Añade que, en varios procedimientos policiales, "se ha detectado la utilización de pistas de aterrizaje privadas, localizadas en estancias y fincas rurales, en zonas aisladas de frontera con el Brasil y la Argentina, a donde bajan avionetas con cargas de armas y drogas, en muchos casos procedentes de la zona bajo control guerrillero de las Farc, en Colombia, o regiones de producción de cocaína, de Bolivia".

También destaca que "un elemento que ayuda al tráfico es la inexistencia de radares para control del espacio aéreo en gran parte del territorio paraguayo.

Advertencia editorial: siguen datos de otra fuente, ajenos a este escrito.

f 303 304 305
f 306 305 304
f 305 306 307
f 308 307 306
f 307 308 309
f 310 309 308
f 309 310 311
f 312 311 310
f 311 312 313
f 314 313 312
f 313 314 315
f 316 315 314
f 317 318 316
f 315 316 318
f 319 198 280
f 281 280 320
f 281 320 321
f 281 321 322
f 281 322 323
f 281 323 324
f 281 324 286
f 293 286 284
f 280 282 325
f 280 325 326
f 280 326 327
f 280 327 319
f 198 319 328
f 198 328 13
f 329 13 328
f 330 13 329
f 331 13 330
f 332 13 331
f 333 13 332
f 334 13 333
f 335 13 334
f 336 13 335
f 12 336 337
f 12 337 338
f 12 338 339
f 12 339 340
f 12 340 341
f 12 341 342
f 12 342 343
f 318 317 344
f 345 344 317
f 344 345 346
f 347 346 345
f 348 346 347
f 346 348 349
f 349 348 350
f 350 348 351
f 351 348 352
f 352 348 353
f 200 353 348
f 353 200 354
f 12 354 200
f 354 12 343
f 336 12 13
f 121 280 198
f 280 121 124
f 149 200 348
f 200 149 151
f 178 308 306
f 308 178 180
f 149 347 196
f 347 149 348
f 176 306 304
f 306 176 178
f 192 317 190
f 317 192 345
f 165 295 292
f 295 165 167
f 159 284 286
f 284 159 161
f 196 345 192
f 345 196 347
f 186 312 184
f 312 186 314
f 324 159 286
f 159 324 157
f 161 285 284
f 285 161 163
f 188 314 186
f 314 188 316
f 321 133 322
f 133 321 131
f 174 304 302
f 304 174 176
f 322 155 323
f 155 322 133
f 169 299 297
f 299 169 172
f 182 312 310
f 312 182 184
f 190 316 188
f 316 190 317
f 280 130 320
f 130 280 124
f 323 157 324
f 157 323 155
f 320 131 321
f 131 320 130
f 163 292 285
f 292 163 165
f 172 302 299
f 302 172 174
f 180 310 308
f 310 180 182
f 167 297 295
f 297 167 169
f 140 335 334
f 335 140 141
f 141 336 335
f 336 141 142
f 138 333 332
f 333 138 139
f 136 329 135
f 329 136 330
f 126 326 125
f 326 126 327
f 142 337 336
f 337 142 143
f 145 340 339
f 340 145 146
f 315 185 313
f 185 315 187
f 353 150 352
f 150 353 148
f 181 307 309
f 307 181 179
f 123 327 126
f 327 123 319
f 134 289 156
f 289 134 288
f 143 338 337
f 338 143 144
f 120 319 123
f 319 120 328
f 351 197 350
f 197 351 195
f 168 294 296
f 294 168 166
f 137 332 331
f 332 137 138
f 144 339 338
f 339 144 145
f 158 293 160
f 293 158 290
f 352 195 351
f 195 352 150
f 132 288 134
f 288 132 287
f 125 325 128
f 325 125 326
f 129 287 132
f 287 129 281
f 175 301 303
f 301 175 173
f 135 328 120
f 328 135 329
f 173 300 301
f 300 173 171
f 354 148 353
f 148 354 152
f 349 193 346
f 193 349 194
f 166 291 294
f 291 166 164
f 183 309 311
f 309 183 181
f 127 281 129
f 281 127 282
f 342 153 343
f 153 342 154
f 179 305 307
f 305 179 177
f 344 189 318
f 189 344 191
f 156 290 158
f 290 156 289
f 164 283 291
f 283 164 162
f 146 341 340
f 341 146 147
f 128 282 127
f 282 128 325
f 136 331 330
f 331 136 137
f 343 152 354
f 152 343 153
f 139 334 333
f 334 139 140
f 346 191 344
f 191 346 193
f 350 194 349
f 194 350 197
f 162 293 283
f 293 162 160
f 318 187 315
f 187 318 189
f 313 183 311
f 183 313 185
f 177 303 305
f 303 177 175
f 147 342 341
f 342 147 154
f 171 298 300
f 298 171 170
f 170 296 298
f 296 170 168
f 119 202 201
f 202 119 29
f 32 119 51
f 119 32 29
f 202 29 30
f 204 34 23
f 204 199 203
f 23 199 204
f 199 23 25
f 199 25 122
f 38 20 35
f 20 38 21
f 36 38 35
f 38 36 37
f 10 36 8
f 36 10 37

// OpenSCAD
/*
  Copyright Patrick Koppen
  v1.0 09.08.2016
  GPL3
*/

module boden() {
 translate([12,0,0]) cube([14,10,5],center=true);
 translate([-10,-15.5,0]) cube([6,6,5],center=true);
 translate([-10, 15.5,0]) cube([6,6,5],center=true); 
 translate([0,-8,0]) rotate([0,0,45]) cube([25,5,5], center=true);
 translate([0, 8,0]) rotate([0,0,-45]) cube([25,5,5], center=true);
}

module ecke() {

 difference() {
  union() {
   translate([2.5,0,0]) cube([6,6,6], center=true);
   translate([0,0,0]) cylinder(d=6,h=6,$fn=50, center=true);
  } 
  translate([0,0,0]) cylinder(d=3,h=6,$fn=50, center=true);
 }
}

Las cargas son re-distribuidas y comercializadas en el mercado negro, especialmente en ciudades como Pedro Juan Caballero y Salto del Guairá, frontera seca con Brasil, y Ciudad del Este, en la Triple Frontera con Brasil y Argentina".

En partidas menores, se han detectado casos de personas que ingresan armas disimuladas en equipajes, tanto en vuelos comerciales aéreos, como en viajes en vehículos por vía terrestre.

En cuanto a las formas de salidas de las armas desde el país, el informe menciona:

-Las armas adquiridas legalmente en las Armerías de Ciudad del Este, Salto del Guairá o Pedro Juan Caballero, cruzan directamente la frontera llevadas en bolsos por moto-taxistas, en pequeñas partidas, ya que por el volumen de tráfico diario, especialmente en el Puente de la Amistad, no existe una revisión minuciosa.

-Las partidas más grandes, especialmente de armas automáticas compradas en el mercado negro, son cruzadas ilegalmente a la noche, envueltas en paquetes sellados herméticamente con plástico negro, junto a otras cargas de cigarrillos, drogas, productos informáticos y electrónicos, en lanchas deslizadoras que parten desde los numerosos puertos clandestinos habilitados a orillas del río Paraná, en los barrios marginales de Ciudad del Este, o en las áreas de reserva del Lago de Itaipú, y que atracan en otros muelles piratas en el lado brasileño.

"Este operativo se realiza en forma masiva y constante, con la evidente complicidad de autoridades aduaneras, policiales y militares, que reciben comisiones por permitir el paso", explica.